**TASK OBJECTIVE:**
Would you restate the entries below word for word, starting at the first line and ending with the one that has "solid = f1.part"?

━━━━━ GIVEN RECORDS ━━━━━

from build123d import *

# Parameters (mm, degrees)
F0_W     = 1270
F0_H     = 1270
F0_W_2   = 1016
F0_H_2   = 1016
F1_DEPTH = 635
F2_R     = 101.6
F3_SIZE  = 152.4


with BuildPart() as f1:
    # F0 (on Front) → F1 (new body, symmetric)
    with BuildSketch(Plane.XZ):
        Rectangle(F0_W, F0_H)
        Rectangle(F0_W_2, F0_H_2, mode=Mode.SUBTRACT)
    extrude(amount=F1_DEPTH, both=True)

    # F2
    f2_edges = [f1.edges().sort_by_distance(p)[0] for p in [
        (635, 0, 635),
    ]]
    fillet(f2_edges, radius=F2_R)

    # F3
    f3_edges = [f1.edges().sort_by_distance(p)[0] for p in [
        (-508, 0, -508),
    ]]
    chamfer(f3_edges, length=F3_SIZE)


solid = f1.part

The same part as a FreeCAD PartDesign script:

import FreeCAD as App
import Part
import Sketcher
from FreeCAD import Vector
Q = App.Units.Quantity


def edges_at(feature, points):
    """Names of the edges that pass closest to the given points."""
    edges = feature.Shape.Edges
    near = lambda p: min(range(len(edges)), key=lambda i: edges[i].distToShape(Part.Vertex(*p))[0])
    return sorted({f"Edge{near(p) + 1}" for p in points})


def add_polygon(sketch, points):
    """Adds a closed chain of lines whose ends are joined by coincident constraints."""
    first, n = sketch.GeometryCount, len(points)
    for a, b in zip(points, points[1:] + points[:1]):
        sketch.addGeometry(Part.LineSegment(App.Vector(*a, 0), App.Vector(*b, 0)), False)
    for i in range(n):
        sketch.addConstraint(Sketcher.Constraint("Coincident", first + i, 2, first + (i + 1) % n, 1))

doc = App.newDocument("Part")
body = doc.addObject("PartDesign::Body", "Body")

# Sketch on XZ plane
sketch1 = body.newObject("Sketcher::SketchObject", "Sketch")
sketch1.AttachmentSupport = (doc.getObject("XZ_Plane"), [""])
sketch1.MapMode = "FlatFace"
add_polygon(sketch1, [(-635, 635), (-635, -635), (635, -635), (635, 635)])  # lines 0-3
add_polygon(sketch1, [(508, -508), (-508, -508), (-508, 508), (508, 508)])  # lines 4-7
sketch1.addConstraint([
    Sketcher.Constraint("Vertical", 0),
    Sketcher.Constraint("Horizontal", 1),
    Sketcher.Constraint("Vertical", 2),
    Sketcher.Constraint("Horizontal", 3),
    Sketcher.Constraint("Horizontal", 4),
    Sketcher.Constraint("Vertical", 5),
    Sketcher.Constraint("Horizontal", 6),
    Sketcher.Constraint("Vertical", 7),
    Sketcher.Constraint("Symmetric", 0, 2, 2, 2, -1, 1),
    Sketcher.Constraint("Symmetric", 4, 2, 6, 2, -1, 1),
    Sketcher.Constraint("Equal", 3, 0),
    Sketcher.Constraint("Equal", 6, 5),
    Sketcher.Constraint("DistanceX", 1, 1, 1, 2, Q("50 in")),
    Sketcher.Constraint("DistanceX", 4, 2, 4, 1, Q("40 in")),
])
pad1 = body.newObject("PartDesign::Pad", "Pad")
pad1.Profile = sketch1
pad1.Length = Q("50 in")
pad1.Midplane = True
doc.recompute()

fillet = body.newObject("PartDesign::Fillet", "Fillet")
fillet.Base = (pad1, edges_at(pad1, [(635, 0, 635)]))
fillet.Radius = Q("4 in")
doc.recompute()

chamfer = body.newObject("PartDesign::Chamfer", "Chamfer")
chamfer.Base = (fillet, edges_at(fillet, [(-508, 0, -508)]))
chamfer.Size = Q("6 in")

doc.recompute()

━━━━━

**COMPLETED TASK:**
from build123d import *

# Parameters (mm, degrees)
F0_W     = 1270
F0_H     = 1270
F0_W_2   = 1016
F0_H_2   = 1016
F1_DEPTH = 635
F2_R     = 101.6
F3_SIZE  = 152.4


with BuildPart() as f1:
    # F0 (on Front) → F1 (new body, symmetric)
    with BuildSketch(Plane.XZ):
        Rectangle(F0_W, F0_H)
        Rectangle(F0_W_2, F0_H_2, mode=Mode.SUBTRACT)
    extrude(amount=F1_DEPTH, both=True)

    # F2
    f2_edges = [f1.edges().sort_by_distance(p)[0] for p in [
        (635, 0, 635),
    ]]
    fillet(f2_edges, radius=F2_R)

    # F3
    f3_edges = [f1.edges().sort_by_distance(p)[0] for p in [
        (-508, 0, -508),
    ]]
    chamfer(f3_edges, length=F3_SIZE)


solid = f1.part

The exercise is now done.